[Collected data]
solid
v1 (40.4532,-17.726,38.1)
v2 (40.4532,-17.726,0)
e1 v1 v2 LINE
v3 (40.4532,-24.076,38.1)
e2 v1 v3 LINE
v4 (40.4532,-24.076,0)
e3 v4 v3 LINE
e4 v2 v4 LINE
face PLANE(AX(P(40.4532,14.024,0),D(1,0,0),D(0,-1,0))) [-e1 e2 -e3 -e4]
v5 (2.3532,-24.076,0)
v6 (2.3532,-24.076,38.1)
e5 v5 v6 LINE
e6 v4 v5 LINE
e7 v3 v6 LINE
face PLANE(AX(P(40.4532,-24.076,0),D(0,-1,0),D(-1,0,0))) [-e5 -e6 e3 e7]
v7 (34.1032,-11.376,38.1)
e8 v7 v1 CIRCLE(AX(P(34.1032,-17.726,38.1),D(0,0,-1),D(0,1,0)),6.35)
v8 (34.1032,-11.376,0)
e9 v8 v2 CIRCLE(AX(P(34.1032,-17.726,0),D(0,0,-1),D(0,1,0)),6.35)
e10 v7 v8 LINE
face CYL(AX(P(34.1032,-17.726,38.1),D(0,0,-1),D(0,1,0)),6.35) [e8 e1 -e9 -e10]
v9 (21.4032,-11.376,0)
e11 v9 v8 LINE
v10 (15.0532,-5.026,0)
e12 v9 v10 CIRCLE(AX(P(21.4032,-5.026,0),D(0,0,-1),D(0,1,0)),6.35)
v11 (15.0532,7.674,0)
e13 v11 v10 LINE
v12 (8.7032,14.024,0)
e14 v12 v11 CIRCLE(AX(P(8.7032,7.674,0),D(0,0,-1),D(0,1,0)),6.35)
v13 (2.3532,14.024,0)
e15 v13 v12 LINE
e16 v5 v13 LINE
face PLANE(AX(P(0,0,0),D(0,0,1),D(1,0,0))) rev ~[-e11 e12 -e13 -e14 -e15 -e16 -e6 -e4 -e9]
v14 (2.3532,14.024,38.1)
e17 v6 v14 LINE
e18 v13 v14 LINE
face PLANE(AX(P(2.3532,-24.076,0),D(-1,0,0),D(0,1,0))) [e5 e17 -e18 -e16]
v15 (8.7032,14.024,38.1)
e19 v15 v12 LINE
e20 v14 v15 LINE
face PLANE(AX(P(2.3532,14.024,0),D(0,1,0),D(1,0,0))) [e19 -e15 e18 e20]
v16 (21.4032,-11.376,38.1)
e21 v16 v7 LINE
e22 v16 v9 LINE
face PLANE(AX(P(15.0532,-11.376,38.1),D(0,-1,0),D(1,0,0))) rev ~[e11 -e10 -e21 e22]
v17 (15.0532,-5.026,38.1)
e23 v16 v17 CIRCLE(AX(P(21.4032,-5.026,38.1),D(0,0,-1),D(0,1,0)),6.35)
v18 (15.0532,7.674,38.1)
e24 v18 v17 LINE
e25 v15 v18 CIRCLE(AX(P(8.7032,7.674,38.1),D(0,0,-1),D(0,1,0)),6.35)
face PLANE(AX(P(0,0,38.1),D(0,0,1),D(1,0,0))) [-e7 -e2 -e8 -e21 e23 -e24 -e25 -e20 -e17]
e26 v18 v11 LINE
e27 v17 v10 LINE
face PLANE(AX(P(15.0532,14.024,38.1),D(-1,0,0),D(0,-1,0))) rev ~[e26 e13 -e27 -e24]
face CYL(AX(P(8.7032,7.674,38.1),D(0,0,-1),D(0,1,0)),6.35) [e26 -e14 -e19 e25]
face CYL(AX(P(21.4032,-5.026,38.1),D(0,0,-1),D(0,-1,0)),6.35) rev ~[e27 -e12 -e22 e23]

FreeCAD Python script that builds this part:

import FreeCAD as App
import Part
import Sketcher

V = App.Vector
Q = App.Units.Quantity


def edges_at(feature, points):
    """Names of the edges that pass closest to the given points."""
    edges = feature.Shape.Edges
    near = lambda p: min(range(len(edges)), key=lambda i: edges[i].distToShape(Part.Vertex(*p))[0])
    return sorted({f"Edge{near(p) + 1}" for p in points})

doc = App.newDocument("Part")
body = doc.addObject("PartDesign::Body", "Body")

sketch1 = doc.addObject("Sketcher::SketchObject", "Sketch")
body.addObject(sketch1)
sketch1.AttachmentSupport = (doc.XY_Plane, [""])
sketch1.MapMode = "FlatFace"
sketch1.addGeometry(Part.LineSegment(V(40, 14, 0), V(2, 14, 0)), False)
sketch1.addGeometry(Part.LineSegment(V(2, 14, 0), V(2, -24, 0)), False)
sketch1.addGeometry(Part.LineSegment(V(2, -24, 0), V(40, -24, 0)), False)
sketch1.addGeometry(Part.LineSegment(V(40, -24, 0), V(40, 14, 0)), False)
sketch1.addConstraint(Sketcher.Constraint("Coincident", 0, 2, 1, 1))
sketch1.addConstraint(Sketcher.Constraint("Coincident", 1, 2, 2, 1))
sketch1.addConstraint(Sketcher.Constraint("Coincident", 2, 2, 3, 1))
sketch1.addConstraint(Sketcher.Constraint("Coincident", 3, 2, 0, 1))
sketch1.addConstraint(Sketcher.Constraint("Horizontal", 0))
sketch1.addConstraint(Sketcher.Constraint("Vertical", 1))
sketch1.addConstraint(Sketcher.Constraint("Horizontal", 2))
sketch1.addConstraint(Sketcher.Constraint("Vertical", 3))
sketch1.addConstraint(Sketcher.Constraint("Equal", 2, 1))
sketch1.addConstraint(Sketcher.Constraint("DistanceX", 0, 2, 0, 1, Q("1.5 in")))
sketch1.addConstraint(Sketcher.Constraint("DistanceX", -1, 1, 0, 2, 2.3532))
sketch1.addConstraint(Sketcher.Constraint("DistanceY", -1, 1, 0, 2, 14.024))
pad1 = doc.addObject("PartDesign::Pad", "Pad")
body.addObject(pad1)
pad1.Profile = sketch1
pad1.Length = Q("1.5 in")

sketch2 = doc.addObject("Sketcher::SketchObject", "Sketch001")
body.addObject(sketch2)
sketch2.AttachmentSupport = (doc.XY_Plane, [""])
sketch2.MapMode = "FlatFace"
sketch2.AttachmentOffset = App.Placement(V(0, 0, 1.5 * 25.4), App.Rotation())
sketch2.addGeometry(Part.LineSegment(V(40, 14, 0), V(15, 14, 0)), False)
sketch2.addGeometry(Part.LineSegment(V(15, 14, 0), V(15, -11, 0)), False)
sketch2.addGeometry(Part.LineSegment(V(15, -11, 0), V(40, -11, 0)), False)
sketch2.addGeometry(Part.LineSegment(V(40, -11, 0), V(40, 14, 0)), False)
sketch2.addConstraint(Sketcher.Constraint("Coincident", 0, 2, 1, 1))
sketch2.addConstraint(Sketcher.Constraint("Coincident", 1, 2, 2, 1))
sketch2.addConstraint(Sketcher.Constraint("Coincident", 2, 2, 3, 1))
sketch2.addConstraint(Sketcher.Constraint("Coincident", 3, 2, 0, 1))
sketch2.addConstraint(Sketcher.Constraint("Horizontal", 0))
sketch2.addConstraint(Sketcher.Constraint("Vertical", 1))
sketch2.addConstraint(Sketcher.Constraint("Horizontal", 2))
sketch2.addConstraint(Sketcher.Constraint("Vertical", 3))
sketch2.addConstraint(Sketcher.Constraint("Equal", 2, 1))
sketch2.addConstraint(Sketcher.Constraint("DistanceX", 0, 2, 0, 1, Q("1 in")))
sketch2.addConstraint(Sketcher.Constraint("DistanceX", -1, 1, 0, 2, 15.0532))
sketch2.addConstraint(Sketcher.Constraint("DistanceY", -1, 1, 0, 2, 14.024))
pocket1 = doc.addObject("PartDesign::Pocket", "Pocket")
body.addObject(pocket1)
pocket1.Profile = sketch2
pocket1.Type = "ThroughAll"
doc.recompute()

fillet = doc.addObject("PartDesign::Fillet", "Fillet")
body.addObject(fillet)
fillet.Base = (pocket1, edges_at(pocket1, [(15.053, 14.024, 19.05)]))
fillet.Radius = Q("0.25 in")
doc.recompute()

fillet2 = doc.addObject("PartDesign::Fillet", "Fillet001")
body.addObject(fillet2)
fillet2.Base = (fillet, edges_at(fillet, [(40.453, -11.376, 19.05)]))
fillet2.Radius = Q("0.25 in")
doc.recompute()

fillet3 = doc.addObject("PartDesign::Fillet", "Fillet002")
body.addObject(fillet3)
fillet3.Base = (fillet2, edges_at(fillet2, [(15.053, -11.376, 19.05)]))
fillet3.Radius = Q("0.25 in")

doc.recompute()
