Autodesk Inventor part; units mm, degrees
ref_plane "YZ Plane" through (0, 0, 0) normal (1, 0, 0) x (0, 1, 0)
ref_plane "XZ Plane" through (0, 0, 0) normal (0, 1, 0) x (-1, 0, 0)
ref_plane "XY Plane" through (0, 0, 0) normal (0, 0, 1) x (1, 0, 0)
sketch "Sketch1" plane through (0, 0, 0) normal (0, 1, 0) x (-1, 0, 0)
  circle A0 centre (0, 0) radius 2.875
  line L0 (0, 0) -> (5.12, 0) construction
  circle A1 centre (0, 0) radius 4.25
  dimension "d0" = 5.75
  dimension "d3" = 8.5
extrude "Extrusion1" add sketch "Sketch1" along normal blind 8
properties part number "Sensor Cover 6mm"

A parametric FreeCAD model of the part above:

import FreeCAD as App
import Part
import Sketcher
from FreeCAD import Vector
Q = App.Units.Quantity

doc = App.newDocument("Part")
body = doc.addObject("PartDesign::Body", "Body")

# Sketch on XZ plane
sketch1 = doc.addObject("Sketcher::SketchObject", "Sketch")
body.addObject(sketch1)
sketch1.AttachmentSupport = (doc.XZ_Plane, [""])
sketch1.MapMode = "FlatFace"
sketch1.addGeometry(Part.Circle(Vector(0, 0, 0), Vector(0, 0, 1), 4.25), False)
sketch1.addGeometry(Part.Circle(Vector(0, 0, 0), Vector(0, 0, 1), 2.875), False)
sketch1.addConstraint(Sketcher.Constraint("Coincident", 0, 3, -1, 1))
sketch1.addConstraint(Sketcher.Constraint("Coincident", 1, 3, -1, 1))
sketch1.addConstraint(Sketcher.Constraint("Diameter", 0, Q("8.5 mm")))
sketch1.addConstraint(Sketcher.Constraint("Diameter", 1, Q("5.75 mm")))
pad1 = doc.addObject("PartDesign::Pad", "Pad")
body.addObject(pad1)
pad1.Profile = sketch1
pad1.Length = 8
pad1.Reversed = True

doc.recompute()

What to work on:
The required output is the entries from their opening line through the line holding "v5 (2.3532,-24.076,0)", repeated exactly, with both end lines kept.

Written response:
solid
v1 (40.4532,-17.726,38.1)
v2 (40.4532,-17.726,0)
e1 v1 v2 LINE
v3 (40.4532,-24.076,38.1)
e2 v1 v3 LINE
v4 (40.4532,-24.076,0)
e3 v4 v3 LINE
e4 v2 v4 LINE
face PLANE(AX(P(40.4532,14.024,0),D(1,0,0),D(0,-1,0))) [-e1 e2 -e3 -e4]
v5 (2.3532,-24.076,0)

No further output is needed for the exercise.